If you had access to a model's top p selection then I'd bet the book is in there consistently for every token. Is it statistically significant? Might be!
I'm not cheating because the number of attempts is so low it's irrelevant.
If I were to take a copyrighted work and chunk it up into 1000 pieces and encrypt each piece with a unique key, and give you all the pieces and keys, would it still be the copyrighted work? What if I shave off the last bit of each key before I give them to you, so you have a 50% chance of guessing the correct key for each piece? What if I shave two bits? What if it's a million pieces? When does it become transformative or no longer infringing for me to distribute?
The answer might surprise you.
Consider a password consisting of random words each chosen from a 4k dictionary. Say you choose 10 words. Then your password has log_2(4k)*10 entropy.
Now consider a validator that tells you when you gets a word right. Then you can guess one word at a time, and your password strength is log_2(4k*10). Exponentially weaker.
You're constructing the second scenario and pretending it's the first.
Also in your 50% probability scenario, each word is 1 bit, and even 50-100 bits is unguessable. A 1000 word key where each word provides 1 bit would be absurdly strong.
I wonder what the results would be if I spent time to train a model up from scratch without any such constraints. But I'm much too busy with other stuff right now, but that would be an interesting challenge.
These companies just don't want to deal with people complaining that it reproduces something when they don't understand that they're literally giving it the answer.

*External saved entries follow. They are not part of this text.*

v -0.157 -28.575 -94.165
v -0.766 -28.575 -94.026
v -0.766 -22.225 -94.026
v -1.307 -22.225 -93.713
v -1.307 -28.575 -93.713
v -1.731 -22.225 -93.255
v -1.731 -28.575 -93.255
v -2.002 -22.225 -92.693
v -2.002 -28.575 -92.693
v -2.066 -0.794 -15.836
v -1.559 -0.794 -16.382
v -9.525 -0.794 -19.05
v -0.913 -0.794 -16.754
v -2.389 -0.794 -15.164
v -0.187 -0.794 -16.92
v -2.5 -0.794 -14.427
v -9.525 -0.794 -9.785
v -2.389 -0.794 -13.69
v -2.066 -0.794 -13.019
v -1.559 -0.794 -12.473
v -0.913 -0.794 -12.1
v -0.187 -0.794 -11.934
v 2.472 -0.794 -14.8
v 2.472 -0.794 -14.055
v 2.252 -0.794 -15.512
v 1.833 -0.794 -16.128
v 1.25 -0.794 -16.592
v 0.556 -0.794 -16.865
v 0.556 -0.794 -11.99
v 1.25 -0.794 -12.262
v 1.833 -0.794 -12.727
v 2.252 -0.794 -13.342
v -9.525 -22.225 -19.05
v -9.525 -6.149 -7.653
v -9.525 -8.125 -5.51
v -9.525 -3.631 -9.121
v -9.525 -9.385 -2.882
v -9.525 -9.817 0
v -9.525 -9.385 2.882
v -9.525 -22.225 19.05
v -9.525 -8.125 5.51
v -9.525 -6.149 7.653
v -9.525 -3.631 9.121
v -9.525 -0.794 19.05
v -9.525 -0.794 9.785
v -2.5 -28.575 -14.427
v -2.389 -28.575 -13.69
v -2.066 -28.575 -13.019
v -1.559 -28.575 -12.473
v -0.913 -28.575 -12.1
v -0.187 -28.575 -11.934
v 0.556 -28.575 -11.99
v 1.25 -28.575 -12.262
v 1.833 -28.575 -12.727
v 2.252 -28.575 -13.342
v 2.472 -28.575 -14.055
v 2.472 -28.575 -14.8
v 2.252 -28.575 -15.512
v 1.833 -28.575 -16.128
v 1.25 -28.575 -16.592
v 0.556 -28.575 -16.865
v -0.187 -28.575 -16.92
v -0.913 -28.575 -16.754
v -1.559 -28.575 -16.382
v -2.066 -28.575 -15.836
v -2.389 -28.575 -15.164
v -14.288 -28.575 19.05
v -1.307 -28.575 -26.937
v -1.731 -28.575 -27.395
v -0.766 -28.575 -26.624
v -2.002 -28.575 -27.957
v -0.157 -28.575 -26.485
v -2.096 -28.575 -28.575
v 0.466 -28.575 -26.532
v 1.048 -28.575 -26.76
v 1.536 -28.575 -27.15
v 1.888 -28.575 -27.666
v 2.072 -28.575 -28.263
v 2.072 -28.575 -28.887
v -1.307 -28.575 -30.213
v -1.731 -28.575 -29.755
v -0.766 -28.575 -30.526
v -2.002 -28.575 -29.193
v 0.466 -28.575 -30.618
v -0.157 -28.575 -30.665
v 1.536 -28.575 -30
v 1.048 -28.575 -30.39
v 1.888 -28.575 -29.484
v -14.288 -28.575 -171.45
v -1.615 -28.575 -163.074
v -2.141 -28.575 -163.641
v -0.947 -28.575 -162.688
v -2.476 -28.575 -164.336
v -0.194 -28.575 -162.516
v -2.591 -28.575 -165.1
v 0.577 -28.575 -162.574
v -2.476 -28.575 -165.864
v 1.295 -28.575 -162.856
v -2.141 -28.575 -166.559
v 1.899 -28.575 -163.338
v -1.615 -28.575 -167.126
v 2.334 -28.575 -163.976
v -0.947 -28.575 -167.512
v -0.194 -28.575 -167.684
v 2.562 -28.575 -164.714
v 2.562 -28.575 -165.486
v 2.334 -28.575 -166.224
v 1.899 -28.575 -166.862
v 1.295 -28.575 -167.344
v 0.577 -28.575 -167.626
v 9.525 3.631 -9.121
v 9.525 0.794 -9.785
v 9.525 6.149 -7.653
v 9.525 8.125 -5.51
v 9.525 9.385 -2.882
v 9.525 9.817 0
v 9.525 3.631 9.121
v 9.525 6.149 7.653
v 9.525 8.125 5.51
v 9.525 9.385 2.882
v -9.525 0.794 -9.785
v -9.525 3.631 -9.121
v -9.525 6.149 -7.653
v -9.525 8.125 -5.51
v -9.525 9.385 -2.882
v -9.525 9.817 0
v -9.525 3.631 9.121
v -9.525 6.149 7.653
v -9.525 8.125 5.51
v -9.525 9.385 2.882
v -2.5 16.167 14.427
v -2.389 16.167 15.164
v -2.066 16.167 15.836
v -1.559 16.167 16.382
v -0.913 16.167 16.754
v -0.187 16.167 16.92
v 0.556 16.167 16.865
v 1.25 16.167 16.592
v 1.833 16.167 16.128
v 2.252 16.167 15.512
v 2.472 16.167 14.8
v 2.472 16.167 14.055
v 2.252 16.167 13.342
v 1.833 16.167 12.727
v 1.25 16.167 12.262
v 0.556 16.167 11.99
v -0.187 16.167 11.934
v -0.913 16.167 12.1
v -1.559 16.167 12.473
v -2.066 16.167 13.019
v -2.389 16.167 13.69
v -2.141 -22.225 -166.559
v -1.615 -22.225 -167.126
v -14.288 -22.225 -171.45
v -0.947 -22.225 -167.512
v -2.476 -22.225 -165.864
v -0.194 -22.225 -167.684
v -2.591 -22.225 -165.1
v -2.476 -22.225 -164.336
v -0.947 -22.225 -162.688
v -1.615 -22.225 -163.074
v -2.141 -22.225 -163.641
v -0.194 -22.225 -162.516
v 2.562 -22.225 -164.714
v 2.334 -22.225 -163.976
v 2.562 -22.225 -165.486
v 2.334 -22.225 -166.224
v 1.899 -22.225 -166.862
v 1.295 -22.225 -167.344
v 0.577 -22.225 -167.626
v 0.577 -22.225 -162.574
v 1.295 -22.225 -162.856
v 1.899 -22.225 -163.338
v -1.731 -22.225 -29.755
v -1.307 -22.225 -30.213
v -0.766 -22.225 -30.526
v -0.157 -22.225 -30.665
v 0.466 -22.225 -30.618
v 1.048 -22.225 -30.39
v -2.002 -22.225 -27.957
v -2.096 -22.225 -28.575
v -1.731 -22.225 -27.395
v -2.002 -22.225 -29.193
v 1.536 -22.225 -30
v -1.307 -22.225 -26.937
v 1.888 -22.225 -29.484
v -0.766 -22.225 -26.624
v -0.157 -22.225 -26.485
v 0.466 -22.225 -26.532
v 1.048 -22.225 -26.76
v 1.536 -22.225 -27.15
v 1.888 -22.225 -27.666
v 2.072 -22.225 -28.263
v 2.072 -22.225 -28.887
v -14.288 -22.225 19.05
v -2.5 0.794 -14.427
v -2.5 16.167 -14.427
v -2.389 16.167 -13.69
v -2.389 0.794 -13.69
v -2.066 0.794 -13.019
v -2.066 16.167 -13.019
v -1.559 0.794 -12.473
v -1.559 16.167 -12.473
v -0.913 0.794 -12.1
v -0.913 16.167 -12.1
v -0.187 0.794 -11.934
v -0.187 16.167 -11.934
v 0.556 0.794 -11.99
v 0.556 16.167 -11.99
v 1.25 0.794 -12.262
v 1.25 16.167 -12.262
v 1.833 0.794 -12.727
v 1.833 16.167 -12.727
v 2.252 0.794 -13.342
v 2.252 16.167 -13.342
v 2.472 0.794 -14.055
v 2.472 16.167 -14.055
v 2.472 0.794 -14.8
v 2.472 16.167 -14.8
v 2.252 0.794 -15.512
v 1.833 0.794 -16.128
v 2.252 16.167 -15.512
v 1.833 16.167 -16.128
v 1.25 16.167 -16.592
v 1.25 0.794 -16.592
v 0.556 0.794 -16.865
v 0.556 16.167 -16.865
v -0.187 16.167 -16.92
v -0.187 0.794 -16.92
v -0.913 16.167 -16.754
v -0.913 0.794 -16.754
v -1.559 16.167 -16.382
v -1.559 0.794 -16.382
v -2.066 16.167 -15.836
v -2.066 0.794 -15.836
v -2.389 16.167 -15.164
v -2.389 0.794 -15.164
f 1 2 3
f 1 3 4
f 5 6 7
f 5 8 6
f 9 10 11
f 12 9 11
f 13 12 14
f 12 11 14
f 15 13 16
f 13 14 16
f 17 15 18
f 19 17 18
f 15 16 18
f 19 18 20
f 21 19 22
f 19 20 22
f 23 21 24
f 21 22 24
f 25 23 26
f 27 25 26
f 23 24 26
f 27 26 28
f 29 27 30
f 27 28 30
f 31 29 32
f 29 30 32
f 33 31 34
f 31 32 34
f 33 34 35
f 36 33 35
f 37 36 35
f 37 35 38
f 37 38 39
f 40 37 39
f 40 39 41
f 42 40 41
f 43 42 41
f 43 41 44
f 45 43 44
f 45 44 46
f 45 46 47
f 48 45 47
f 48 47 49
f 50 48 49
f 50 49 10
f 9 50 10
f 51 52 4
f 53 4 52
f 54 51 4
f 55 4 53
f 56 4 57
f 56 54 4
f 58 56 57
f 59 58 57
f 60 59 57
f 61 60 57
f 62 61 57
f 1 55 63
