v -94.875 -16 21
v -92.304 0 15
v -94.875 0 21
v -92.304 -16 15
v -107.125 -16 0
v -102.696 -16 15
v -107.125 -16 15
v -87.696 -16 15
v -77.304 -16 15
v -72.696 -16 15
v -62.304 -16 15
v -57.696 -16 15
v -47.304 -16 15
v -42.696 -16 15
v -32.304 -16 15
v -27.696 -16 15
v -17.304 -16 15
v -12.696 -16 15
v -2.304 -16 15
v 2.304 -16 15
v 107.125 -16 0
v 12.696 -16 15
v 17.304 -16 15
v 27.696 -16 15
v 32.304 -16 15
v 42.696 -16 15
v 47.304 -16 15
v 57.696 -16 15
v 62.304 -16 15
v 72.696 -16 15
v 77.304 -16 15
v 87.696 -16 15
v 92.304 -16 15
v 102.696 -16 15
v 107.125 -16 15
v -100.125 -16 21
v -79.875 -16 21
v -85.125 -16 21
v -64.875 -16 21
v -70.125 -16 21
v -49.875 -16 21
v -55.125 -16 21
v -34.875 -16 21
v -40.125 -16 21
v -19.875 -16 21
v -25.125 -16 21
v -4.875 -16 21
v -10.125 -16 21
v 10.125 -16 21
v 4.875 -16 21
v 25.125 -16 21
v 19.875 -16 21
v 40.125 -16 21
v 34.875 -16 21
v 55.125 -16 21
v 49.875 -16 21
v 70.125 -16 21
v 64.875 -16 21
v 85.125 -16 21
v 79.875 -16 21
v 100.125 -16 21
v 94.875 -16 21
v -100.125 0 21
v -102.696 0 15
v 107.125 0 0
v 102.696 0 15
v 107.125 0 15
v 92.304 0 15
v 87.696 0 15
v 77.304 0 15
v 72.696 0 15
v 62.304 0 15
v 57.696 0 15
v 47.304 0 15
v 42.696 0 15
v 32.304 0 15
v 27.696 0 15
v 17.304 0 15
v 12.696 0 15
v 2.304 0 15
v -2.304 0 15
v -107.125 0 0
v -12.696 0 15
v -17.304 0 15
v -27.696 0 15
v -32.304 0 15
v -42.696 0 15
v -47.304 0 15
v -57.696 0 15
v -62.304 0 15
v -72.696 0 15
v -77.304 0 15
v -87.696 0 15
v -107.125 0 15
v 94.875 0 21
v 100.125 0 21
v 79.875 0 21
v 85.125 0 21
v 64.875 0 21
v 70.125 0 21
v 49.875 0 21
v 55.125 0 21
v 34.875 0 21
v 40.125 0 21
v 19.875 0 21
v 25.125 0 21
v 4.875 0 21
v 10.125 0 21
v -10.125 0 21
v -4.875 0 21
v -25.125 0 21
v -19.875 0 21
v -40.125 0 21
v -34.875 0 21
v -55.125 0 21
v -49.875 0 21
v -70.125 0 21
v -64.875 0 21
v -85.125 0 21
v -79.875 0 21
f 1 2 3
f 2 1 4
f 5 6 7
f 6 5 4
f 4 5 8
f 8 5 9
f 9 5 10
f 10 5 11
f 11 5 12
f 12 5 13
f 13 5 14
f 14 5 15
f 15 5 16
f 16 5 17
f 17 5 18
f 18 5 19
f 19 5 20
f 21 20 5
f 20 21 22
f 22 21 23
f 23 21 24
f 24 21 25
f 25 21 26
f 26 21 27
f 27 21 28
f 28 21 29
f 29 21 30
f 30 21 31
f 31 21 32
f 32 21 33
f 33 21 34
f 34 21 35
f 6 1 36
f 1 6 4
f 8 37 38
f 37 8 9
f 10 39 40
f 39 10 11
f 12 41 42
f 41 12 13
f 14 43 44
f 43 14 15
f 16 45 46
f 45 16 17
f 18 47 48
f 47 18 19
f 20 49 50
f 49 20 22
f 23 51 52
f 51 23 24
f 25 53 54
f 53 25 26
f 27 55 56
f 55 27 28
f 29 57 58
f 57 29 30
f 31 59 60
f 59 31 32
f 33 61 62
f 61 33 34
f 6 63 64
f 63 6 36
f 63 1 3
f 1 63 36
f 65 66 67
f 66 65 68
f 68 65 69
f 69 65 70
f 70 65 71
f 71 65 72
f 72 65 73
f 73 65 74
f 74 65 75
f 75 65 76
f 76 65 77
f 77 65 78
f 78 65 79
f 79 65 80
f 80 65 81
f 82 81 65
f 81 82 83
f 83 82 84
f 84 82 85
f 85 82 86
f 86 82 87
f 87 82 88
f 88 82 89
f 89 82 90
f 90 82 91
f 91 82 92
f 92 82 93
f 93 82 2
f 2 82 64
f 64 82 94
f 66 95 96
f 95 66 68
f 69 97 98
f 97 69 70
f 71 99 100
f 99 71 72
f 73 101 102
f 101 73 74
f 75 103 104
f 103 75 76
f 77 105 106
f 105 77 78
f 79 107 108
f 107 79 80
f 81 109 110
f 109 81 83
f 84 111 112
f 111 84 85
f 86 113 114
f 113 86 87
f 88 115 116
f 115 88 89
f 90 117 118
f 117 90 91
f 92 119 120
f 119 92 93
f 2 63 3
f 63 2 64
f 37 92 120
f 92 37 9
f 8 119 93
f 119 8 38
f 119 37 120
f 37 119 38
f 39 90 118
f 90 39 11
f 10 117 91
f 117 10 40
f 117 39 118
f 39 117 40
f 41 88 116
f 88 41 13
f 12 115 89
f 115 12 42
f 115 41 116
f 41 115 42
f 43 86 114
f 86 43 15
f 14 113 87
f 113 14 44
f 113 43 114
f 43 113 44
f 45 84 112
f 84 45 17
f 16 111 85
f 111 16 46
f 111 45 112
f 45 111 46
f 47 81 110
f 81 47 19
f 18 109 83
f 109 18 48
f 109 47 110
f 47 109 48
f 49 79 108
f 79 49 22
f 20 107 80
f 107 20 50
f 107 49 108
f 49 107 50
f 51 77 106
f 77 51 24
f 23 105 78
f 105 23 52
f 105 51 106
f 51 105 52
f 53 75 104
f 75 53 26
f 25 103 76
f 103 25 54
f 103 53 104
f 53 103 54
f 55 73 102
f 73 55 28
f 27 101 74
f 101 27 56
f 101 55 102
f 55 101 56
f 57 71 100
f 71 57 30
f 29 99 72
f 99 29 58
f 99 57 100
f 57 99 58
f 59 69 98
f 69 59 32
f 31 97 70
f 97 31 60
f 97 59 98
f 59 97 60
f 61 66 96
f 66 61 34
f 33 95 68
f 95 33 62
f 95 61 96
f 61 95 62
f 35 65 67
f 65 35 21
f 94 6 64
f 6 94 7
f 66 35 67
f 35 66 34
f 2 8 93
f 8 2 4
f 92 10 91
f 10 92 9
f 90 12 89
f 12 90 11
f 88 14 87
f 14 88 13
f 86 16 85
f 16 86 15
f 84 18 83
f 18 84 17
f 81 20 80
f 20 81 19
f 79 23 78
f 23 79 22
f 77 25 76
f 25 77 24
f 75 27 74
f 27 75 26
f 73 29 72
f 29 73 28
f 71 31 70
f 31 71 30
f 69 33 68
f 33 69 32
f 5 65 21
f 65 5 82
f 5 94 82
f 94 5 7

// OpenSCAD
$fn = 32;

// ----------------------------------------------------------------------
// Toothed rack, 14 teeth
// 15 mm pitch, 6 mm teeth
// ----------------------------------------------------------------------

// --- parameters (mm) ---
bar_w = 16;      // bar width (Y)
bar_h = 15;      // bar height (Z)
teeth = 14;      // number of teeth
pitch = 15;      // tooth pitch
tooth_h = 6;     // tooth height above the bar
root_w = 11.25;  // tooth width at the root
crest_w = 5.25;  // tooth width at the crest

// --- derived feature positions (mm) ---
span = (teeth - 1) * pitch;  // = 195   distance between the outer teeth
bar_l = span + root_w + 8;   // = 214.25   bar length: teeth plus 4 mm at each end
tooth_x = -span / 2;         // = -97.5   X of the first tooth
height = bar_h + tooth_h;    // = 21   overall height
feature_centers = [
  [tooth_x + 0 * pitch, -bar_w / 2],
  [tooth_x + 1 * pitch, -bar_w / 2],
  [tooth_x + 2 * pitch, -bar_w / 2],
  [tooth_x + 3 * pitch, -bar_w / 2],
  [tooth_x + 4 * pitch, -bar_w / 2],
  [tooth_x + 5 * pitch, -bar_w / 2],
  [tooth_x + 6 * pitch, -bar_w / 2],
  [tooth_x + 7 * pitch, -bar_w / 2],
  [tooth_x + 8 * pitch, -bar_w / 2],
  [tooth_x + 9 * pitch, -bar_w / 2],
  [tooth_x + 10 * pitch, -bar_w / 2],
  [tooth_x + 11 * pitch, -bar_w / 2],
  [tooth_x + 12 * pitch, -bar_w / 2],
  [tooth_x + 13 * pitch, -bar_w / 2]
];   // tooth centre line, drives the tooth loop

// bar with a rack of teeth, one extruded trapezoium per centre
module rack_tooth() {
  linear_extrude(height = bar_w)
    polygon(points = [
      [0, 0],
      [root_w, 0],
      [root_w / 2 + crest_w / 2, tooth_h + 1],
      [root_w / 2 - crest_w / 2, tooth_h + 1]
    ]);
}

union() {
  translate([-bar_l / 2, -bar_w, 0]) cube([bar_l, bar_w, bar_h]);
  for (centre = feature_centers)
    translate([centre[0] - root_w / 2, 0, bar_h - 1]) rotate([90, 0, 0]) rack_tooth();
}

For a fan fiction episode that is different from all official episodes, you may cross your fingers.
For a remake of one of the episodes with a different camera angle and similar dialog, I expect that you will get in problems.
I beg to differ. Please examine any of my recent codebases on github (same username); I have cleanroom-reimplemented par2 (par2z), bzip2 (bzip2z), rar (rarz), 7zip (z7z), so maybe I am a good test case for this (I haven't announced this anywhere until now, right here, so here we go...)
https://github.com/pmarreck?tab=repositories&type=source
I was most particular about the 7zip reimplementation since it is the most likely to be contentious. Here is my repo with the full spec that was created by the "dirty team" and then worked off of by the LLM with zero access to the original source: https://github.com/pmarreck/7z-cleanroom-spec
Not only are they rewritten in a completely different language, but to my knowledge they are also completely different semantically except where they cannot be to comply with the specification. I invite you and anyone else to compare them to the original source and find overt similarities.
With all of these, I included two-way interoperation tests with the original tooling to ensure compatibility with the spec.
Researchers have shown that an LLM was able to reproduce the verbatim text of the first 4 Harry Potter books with 96% accuracy.
Kinda weird argument, in their research (https://forum.gnoppix.org/t/researchers-extract-up-to-96-of-...) LLM was explicitly asked to reproduce the book. There are people that can do so without LLMs out there, by this logic everything they write is a copyright infringement an every book they can reproduce.
> Yes if you are solving the exact problem that the original code solved and that original code was labeled as solving that exact problem then that’s very good reason for the LLM to produce that code.
I think you're overestimating LLM ability to generalize.
My understanding of cleanroom is that the person/team programming is supposed to have never seen any of the original code. The agent is more like someone who has read the original code line by line, but doesn't remember all the details - and isn't allowed to check.